Biliteral and Triliteral Signs

Biliteral and Triliteral signs are single hieroglyphs that convey two or three consonantal sounds, for example the well known ankh sign that conveys the sounds a-n-x (pronounced “Ankh”) and commonly used for the complete Egyptian work “anx” (or “life”), though it may be used in any situation where the a-n-x sound is needed, such as in the name of Tutankhamun, shown below.

Jsesh-tutankhamun001.jpg

Determinatives

Many words in Egyptian are spelt with the addition of one, and occasionally more, determinatives. These are signs added to the end of a word but have no sound value, and are not pronounced. They are used to aid the reader and in clarifying between homophones. The use of distinctive or rare two or three consonant signs, some extremely specialised, also aid in this. As hieroglyphic inscriptions do not include spaces between words, determinatives can also help the reader in separating words. They also serve an important artistic and aesthetic role.


Logogrammatic Usage

Although used only occasionally, it is possible for certain signs to be used to directly represent an object. This is indicated in the text by the addition of a single vertical stroke under the sign to indicate to the reader that the sign should be read in the way, rather than as part of a phonogram.


Grammatical Signs

Strokes and points are additional signs that, like determinatives, are not pronounced They serve to represent the grammar of the text.
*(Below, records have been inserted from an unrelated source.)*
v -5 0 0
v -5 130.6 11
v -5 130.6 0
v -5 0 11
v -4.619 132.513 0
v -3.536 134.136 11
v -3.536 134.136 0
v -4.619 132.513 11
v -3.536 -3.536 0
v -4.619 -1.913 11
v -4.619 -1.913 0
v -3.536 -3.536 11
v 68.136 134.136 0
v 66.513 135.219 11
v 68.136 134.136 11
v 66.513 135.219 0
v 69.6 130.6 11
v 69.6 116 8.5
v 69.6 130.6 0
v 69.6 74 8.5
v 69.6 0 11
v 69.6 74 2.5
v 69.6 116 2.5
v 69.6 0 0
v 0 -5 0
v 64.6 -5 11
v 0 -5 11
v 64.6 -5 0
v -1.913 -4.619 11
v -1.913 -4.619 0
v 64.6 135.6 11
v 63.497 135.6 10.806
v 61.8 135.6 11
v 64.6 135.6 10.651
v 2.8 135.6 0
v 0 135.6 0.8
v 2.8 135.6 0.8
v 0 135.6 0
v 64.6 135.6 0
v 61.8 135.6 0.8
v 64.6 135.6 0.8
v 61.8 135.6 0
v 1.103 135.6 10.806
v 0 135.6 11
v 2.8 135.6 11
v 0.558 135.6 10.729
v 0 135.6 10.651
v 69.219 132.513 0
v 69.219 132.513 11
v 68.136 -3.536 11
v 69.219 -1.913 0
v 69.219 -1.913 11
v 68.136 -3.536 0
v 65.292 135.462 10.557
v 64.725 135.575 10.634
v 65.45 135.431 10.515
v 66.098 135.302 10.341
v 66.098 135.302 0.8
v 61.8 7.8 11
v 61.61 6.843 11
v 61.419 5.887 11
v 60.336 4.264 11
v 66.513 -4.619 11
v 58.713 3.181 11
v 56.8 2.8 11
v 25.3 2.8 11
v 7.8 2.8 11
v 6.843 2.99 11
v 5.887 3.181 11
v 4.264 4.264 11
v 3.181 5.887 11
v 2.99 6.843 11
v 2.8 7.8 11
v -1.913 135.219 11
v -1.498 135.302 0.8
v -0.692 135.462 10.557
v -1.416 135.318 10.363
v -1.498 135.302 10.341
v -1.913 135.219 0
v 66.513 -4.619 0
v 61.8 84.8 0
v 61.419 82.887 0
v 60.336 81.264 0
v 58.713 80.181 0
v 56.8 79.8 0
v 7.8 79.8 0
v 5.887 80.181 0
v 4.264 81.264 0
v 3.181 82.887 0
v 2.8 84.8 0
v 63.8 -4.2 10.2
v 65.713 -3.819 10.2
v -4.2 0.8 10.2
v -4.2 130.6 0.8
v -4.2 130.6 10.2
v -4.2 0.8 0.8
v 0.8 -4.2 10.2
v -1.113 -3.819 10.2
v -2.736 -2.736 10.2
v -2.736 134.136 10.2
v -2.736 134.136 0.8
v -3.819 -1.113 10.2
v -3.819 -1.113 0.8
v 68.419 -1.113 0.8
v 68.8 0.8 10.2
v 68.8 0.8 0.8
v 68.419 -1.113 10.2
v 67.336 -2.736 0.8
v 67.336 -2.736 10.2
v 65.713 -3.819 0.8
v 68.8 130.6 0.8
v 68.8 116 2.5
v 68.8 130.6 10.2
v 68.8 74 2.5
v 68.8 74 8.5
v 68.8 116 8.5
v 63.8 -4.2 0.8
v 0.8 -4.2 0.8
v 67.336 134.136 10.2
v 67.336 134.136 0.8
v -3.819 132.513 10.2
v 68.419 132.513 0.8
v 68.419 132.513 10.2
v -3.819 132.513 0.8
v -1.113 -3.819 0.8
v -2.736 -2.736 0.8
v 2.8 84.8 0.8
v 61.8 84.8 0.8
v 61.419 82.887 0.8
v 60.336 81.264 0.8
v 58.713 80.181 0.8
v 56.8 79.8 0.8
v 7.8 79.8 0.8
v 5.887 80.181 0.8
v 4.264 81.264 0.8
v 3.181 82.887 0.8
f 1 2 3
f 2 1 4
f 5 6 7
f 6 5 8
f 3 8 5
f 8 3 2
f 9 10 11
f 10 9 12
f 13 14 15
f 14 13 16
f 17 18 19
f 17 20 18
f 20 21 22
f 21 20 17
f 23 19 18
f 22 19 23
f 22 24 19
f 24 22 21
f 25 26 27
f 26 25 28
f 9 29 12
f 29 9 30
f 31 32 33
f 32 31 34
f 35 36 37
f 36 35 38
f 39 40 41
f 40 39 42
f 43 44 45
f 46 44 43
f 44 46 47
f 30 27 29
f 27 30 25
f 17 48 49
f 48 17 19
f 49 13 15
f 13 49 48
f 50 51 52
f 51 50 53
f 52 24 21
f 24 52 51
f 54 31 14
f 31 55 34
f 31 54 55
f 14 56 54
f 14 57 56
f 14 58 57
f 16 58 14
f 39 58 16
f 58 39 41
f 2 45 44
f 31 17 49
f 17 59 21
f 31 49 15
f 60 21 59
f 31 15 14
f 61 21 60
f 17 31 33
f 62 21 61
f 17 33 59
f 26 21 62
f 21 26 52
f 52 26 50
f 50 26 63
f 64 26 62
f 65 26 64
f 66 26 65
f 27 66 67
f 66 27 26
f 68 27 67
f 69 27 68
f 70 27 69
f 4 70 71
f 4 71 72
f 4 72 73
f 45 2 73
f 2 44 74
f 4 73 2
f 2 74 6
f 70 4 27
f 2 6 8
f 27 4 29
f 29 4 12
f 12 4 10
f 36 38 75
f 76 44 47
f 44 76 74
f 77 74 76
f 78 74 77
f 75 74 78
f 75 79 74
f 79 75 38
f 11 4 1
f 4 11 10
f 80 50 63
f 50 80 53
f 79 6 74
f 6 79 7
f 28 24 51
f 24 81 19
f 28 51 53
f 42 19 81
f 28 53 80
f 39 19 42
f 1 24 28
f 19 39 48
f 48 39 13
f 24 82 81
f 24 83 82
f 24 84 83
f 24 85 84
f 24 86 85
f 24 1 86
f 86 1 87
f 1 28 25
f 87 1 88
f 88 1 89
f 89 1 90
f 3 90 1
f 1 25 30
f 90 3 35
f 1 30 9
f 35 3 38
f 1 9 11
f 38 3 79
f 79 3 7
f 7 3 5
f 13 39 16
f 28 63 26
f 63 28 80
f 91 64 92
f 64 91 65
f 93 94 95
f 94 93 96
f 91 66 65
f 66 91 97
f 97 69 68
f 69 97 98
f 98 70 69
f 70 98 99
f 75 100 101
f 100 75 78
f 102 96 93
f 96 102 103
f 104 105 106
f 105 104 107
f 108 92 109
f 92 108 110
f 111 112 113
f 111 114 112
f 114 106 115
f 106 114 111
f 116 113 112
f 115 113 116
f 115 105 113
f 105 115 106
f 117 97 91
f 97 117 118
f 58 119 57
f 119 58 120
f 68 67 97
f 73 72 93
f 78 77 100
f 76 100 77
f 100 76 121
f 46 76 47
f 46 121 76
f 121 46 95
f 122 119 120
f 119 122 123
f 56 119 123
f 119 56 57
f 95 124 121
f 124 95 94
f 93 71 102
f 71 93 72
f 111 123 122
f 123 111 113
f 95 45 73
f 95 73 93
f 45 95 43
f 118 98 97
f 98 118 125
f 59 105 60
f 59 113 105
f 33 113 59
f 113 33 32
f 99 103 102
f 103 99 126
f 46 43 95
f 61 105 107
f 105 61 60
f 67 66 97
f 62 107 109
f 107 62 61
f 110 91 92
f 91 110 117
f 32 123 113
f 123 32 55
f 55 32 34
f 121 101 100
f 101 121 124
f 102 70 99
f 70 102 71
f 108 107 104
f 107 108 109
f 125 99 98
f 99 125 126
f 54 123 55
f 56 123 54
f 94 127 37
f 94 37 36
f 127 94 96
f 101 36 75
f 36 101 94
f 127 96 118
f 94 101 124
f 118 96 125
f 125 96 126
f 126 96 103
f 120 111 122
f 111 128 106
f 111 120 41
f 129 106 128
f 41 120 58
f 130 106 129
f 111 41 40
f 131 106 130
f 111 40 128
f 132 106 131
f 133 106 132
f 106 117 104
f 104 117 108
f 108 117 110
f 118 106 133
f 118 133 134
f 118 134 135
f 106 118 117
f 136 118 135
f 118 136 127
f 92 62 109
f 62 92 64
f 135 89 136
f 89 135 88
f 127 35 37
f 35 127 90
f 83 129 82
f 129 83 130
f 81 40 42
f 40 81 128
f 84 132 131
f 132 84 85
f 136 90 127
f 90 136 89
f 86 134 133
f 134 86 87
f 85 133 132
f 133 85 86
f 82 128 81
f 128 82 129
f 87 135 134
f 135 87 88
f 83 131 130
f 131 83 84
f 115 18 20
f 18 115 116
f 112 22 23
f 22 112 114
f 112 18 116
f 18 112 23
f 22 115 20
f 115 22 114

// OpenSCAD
inner_width = 73;
inner_height = 139;
rad = 5;
thickness = 0.8;
depth = 11;
width = inner_width + (thickness * 2) - (2 * rad);
height = inner_height + (thickness * 2) - (2 * rad);
buttons_hole = 42;
buttons_hole_w = 6;
rant = 7;
over = 70;
buttons_h = 74;

module baseblock(w=55, h=96, r=5, t=9) {
  hull() {
    cylinder(t, r=r);
    translate([w, 0, 0]) {
      translate([0, h, 0]) cylinder(t, r=r);
      cylinder(t, r=r);
      cylinder(t, r=r);
    }
    translate([0, h, 0]) cylinder(t, r=r);
  }
}



module phonecase() {
  rrant = rant * 2;
  hrant = rant;
  difference() {
    baseblock(w=width, h=height, t=depth);
    hull() {
      translate([thickness, thickness, thickness])
        baseblock(w=width - (thickness * 2), h=height - thickness, t=depth - (thickness * 2));
      translate([thickness + rrant, thickness + rrant, thickness])
        baseblock(w=width - ((thickness + rrant) * 2), h=height - (thickness * 2), t=depth);
    }
    translate([thickness + hrant, thickness + rrant + over, -thickness])
        baseblock(w=width - ((thickness + hrant) * 2), h=height - (thickness * 2), t=depth);
    /* #translate([thickness + rant, thickness + rant + over, -1]) */
    /*   baseblock(w=width - ((thickness + rant) * 2), h=height, t=9); */
    translate([width + rad - (thickness * 1.5), buttons_h, (depth - buttons_hole_w) / 2])
      cube([thickness*2, buttons_hole, buttons_hole_w]);
  }

}

bike_pipe_r = 15;
bike_mount_r = 20;

module bikemount(rad = -100) {
    rotate(rad, [1, 0, 0])
      intersection() {
        translate([-bike_mount_r, -bike_mount_r - (bike_mount_r / 2), -thickness / 2])
          cube([bike_mount_r * 2, bike_mount_r * 2, 50 + thickness]);

        difference() {
          cylinder(50, r=bike_mount_r);
          translate([0, bike_pipe_r / 2, -thickness])
            cylinder(50 + (thickness * 2), r=bike_pipe_r);
        }

      }
}

!phonecase();
translate([0, -2*rad, 0])
  intersection() {
    translate([width / 2, 0, -8])
      bikemount();
    translate([0, 0, - 2 * bike_mount_r])
        cube([width, over, bike_mount_r * 2]);
  }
  • A single vertical stroke placed under a sign, informs the reader the sign above is to be read as a logogram.
  • Two vertical strokes at the end of a word indicate duality.
  • Three vertical strokes at the end of a word indicate plurality.
  • A cartouche is used to enclose the nomen and prenomen of a Pharaoh. Very occasionally, it is also used to enclose the name of a god.
  • A serekh is used to enclose the Horus name of the Pharaoh.


Gardiner Classification

Sir Alan Gardiner developed a classification system for hieroglyphs, cataloguing signs by type or what they depict, i.e. birds, man and his occupations etc. Signs that do not depict particular items are classified by shape, i.e. tall, flat etc. Groups are identified by letter, A to Z, and Aa for unclassified signs.

In addition each sign is assigned a code based on it’s group. A list of signs under the Gardiner classification can be found here.


Transliteration and Electronic Reproduction

Application for digital rendering of hieroglyphs in documents and digital media have become more widespread in recent years. JSesh, pictured here running under WindowsXP, is a popular open source solution available for multiple platforms

The 24 consonantal sounds represented by hieroglyphs can be transliterated into a Latin based alphabet. This alphabet is available as a font that can be added to a computer system for use in any modern word processing software, as well as in dedicated software for handling hieroglyphs.

This transliteration script is unable to record exactly what signs were used in the original text. Should this be required, it is possible to either refer to the Gardiner assigned codes, or, as is far more common, reproduce the original signs either by hand (as in the Concise Dictionary of Middle Egyptian, one of the few modern hand written publications) or digitally.

Both commercial and open source software is available for producing hieroglyphs on modern computer systems. The most established commercial application is InScribe, used on Windows based PC’s and MacOS systems. In recent years, an open source alternative, JSesh has been adopted, particularly by Egyptology students, and is available for Windows and Linux platforms. WikiHiero is another modern development, aimed at online deployment.

However, prior to the development of such programs and particularly before the deployment of Unicode in operating systems, the transcription font and reproduction of hieroglyphs digitally was restriction to complex and unwieldy deployment of imported images into documents. As such, for effective transcription the Manual de Codage (MdC) system was developed, using a mixture of uppercase and substitute letters to depict the 24 characters of the transcription “alphabet”.